For scraped data from a particular source (e.g., website), the copyright and terms of service of that source should be provided. If assets are released, the license, copyright information, and terms of use in the package should be provided. For popular datasets, paperswithcode.com/datasets has curated licenses for some datasets. Their licensing guide can help determine the license of a dataset. For existing datasets that are re-packaged, both the original license and the license of the derived asset (if it has changed) should be provided. If this information is not available online, the authors are encouraged to reach out to the asset s creators. 13. New Assets

Question: Are new assets introduced in the paper well documented and is the documentation provided alongside the assets? Answer: [NA] Justification: The paper does not release new assets. Guidelines:

The answer NA means that the paper does not release new assets. Researchers should communicate the details of the dataset/code/model as part of their submissions via structured templates. This includes details about training, license, limitations, etc. The paper should discuss whether and how consent was obtained from people whose asset is used. At submission time, remember to anonymize your assets (if applicable). You can either create an anonymized URL or include an anonymized zip file. 14. Crowdsourcing and Research with Human Subjects

Question: For crowdsourcing experiments and research with human subjects, does the paper include the full text of instructions given to participants and screenshots, if applicable, as well as details about compensation (if any)? Answer: [Yes] Justification: We conducted crowdsourcing experiments, and in Appendix G.2, we have provided the full text of the instructions given to subjects along with screenshots. Details about compensation are also included. Guidelines:

The answer NA means that the paper does not involve crowdsourcing nor research with human subjects.

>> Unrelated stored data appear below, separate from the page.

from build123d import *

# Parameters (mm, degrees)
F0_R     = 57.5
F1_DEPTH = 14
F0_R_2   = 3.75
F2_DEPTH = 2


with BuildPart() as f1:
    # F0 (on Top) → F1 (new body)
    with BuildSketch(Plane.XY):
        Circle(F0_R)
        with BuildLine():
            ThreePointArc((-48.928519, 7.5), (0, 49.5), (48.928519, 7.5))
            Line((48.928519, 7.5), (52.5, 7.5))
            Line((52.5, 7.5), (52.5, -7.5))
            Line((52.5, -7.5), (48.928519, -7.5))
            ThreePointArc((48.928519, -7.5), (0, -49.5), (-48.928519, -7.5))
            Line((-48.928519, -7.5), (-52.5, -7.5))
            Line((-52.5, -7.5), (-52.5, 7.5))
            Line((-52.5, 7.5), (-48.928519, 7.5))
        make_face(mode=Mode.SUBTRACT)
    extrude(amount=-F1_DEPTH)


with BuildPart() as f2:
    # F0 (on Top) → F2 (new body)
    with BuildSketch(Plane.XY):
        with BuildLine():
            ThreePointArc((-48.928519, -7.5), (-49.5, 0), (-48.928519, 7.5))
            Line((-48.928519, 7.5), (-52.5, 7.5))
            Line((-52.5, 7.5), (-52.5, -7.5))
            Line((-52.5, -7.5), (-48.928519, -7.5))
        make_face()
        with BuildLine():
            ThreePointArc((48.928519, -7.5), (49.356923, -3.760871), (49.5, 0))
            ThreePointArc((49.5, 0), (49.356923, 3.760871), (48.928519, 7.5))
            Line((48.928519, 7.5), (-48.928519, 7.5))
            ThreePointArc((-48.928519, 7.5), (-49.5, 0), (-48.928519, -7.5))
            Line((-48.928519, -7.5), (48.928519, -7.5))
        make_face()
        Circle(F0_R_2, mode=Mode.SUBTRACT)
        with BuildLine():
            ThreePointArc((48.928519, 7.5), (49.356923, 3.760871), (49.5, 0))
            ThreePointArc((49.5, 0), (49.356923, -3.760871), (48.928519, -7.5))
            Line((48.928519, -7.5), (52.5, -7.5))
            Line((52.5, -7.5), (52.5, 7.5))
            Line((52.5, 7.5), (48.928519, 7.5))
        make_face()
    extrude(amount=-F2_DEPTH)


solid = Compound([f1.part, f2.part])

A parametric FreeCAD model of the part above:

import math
import FreeCAD as App
import Part
import Sketcher


def add_polygon(sketch, points):
    """Adds a closed chain of lines whose ends are joined by coincident constraints."""
    first, n = sketch.GeometryCount, len(points)
    for a, b in zip(points, points[1:] + points[:1]):
        sketch.addGeometry(Part.LineSegment(App.Vector(*a, 0), App.Vector(*b, 0)), False)
    for i in range(n):
        sketch.addConstraint(Sketcher.Constraint("Coincident", first + i, 2, first + (i + 1) % n, 1))

doc = App.newDocument("Part")
params = doc.addObject("Spreadsheet::Sheet", "Params")
for row, (alias, value) in enumerate([
    ("sketch1_diameter", "115 mm"),
    ("sketch1_radius", "49.5 mm"),
    ("sketch1_height", "15 mm"),
    ("pad1_length", "14 mm"),
    ("sketch2_diameter", "7.5 mm"),
    ("sketch2_width", "105 mm"),
    ("sketch2_height", "15 mm"),
    ("pad2_length", "2 mm"),
], start=1):
    params.set(f"A{row}", alias)
    params.set(f"B{row}", "=" + value)
    params.setAlias(f"B{row}", alias)

body = doc.addObject("PartDesign::Body", "Body")

# Sketch on XY plane
sketch1 = doc.addObject("Sketcher::SketchObject", "Sketch")
body.addObject(sketch1)
sketch1.AttachmentSupport = (doc.XY_Plane, [""])
sketch1.MapMode = "FlatFace"
sketch1.addGeometry([
    Part.Circle(App.Vector(0, 0, 0), App.Vector(0, 0, 1), 57.5),  # 0
    Part.LineSegment(App.Vector(-52.5, 7.5, 0), App.Vector(-48.9, 7.5, 0)),  # 1
    Part.ArcOfCircle(Part.Circle(App.Vector(0, 0, 0), App.Vector(0, 0, 1), 49.5), math.radians(9), math.radians(171)),  # 2
    Part.LineSegment(App.Vector(48.9, 7.5, 0), App.Vector(52.5, 7.5, 0)),  # 3
    Part.LineSegment(App.Vector(52.5, 7.5, 0), App.Vector(52.5, -7.5, 0)),  # 4
    Part.LineSegment(App.Vector(52.5, -7.5, 0), App.Vector(48.9, -7.5, 0)),  # 5
    Part.ArcOfCircle(Part.Circle(App.Vector(0, 0, 0), App.Vector(0, 0, 1), 49.5), math.radians(-171), math.radians(-9)),  # 6
    Part.LineSegment(App.Vector(-48.9, -7.5, 0), App.Vector(-52.5, -7.5, 0)),  # 7
    Part.LineSegment(App.Vector(-52.5, -7.5, 0), App.Vector(-52.5, 7.5, 0)),  # 8
], False)
sketch1.addConstraint([
    Sketcher.Constraint("Coincident", 1, 2, 2, 2),
    Sketcher.Constraint("Coincident", 2, 1, 3, 1),
    Sketcher.Constraint("Coincident", 3, 2, 4, 1),
    Sketcher.Constraint("Coincident", 4, 2, 5, 1),
    Sketcher.Constraint("Coincident", 5, 2, 6, 2),
    Sketcher.Constraint("Coincident", 6, 1, 7, 1),
    Sketcher.Constraint("Coincident", 7, 2, 8, 1),
    Sketcher.Constraint("Coincident", 8, 2, 1, 1),
    Sketcher.Constraint("Horizontal", 1),
    Sketcher.Constraint("Horizontal", 3),
    Sketcher.Constraint("Vertical", 4),
    Sketcher.Constraint("Horizontal", 5),
    Sketcher.Constraint("Horizontal", 7),
    Sketcher.Constraint("Vertical", 8),
    Sketcher.Constraint("Coincident", 0, 3, -1, 1),
    Sketcher.Constraint("Coincident", 2, 3, -1, 1),
    Sketcher.Constraint("Coincident", 6, 3, -1, 1),
    Sketcher.Constraint("Equal", 2, 6),
    Sketcher.Constraint("Symmetric", 3, 2, 7, 2, -1, 1),
    Sketcher.Constraint("Horizontal", 1, 2, 2, 1),
    Sketcher.Constraint("Horizontal", 5, 2, 6, 1),
    Sketcher.Constraint("Diameter", 0, 115.0),
    Sketcher.Constraint("Radius", 2, 49.5),
    Sketcher.Constraint("DistanceY", 4, 2, 4, 1, 15.0),
    Sketcher.Constraint("DistanceX", -1, 1, 3, 2, 52.5),
])
sketch1.setExpression("Constraints[21]", "Params.sketch1_diameter")
sketch1.setExpression("Constraints[22]", "Params.sketch1_radius")
sketch1.setExpression("Constraints[23]", "Params.sketch1_height")
pad1 = doc.addObject("PartDesign::Pad", "Pad")
body.addObject(pad1)
pad1.Profile = sketch1
pad1.setExpression("Length", "Params.pad1_length")
pad1.Reversed = True
body2 = doc.addObject("PartDesign::Body", "Body001")

# Sketch on XY plane
sketch2 = doc.addObject("Sketcher::SketchObject", "Sketch001")
body2.addObject(sketch2)
sketch2.AttachmentSupport = (doc.getObject("XY_Plane001"), [""])
sketch2.MapMode = "FlatFace"
add_polygon(sketch2, [(-52.5, 7.5), (-52.5, -7.5), (52.5, -7.5), (52.5, 7.5)])  # lines 0-3
sketch2.addGeometry(Part.Circle(App.Vector(0, 0, 0), App.Vector(0, 0, 1), 3.8), False)  # 4
sketch2.addConstraint([
    Sketcher.Constraint("Vertical", 0),
    Sketcher.Constraint("Horizontal", 1),
    Sketcher.Constraint("Vertical", 2),
    Sketcher.Constraint("Horizontal", 3),
    Sketcher.Constraint("Coincident", 4, 3, -1, 1),
    Sketcher.Constraint("Symmetric", 0, 2, 2, 2, -1, 1),
    Sketcher.Constraint("Diameter", 4, 7.5),
    Sketcher.Constraint("DistanceX", 1, 1, 1, 2, 105.0),
    Sketcher.Constraint("DistanceY", 0, 2, 0, 1, 15.0),
])
sketch2.setExpression("Constraints[10]", "Params.sketch2_diameter")
sketch2.setExpression("Constraints[11]", "Params.sketch2_width")
sketch2.setExpression("Constraints[12]", "Params.sketch2_height")
pad2 = doc.addObject("PartDesign::Pad", "Pad001")
body2.addObject(pad2)
pad2.Profile = sketch2
pad2.setExpression("Length", "Params.pad2_length")
pad2.Reversed = True

doc.recompute()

Including this information in the supplemental material is fine, but if the main contribution of the paper involves human subjects, then as much detail as possible should be included in the main paper. According to the Neur IPS Code of Ethics, workers involved in data collection, curation, or other labor should be paid at least the minimum wage in the country of the data collector. 15. Institutional Review Board (IRB) Approvals or Equivalent for Research with Human Subjects Question: Does the paper describe potential risks incurred by study participants, whether such risks were disclosed to the subjects, and whether Institutional Review Board (IRB) approvals (or an equivalent approval/review based on the requirements of your country or institution) were obtained? Answer: [Yes] Justification: We disclosed all potential risks to the subjects. Guidelines:

The answer NA means that the paper does not involve crowdsourcing nor research with human subjects.

Depending on the country in which research is conducted, IRB approval (or equivalent) may be required for any human subjects research. If you obtained IRB approval, you should clearly state this in the paper. We recognize that the procedures for this may vary significantly between institutions and locations, and we expect authors to adhere to the Neur IPS Code of Ethics and the guidelines for their institution. For initial submissions, do not include any information that would break anonymity (if applicable), such as the institution conducting the review.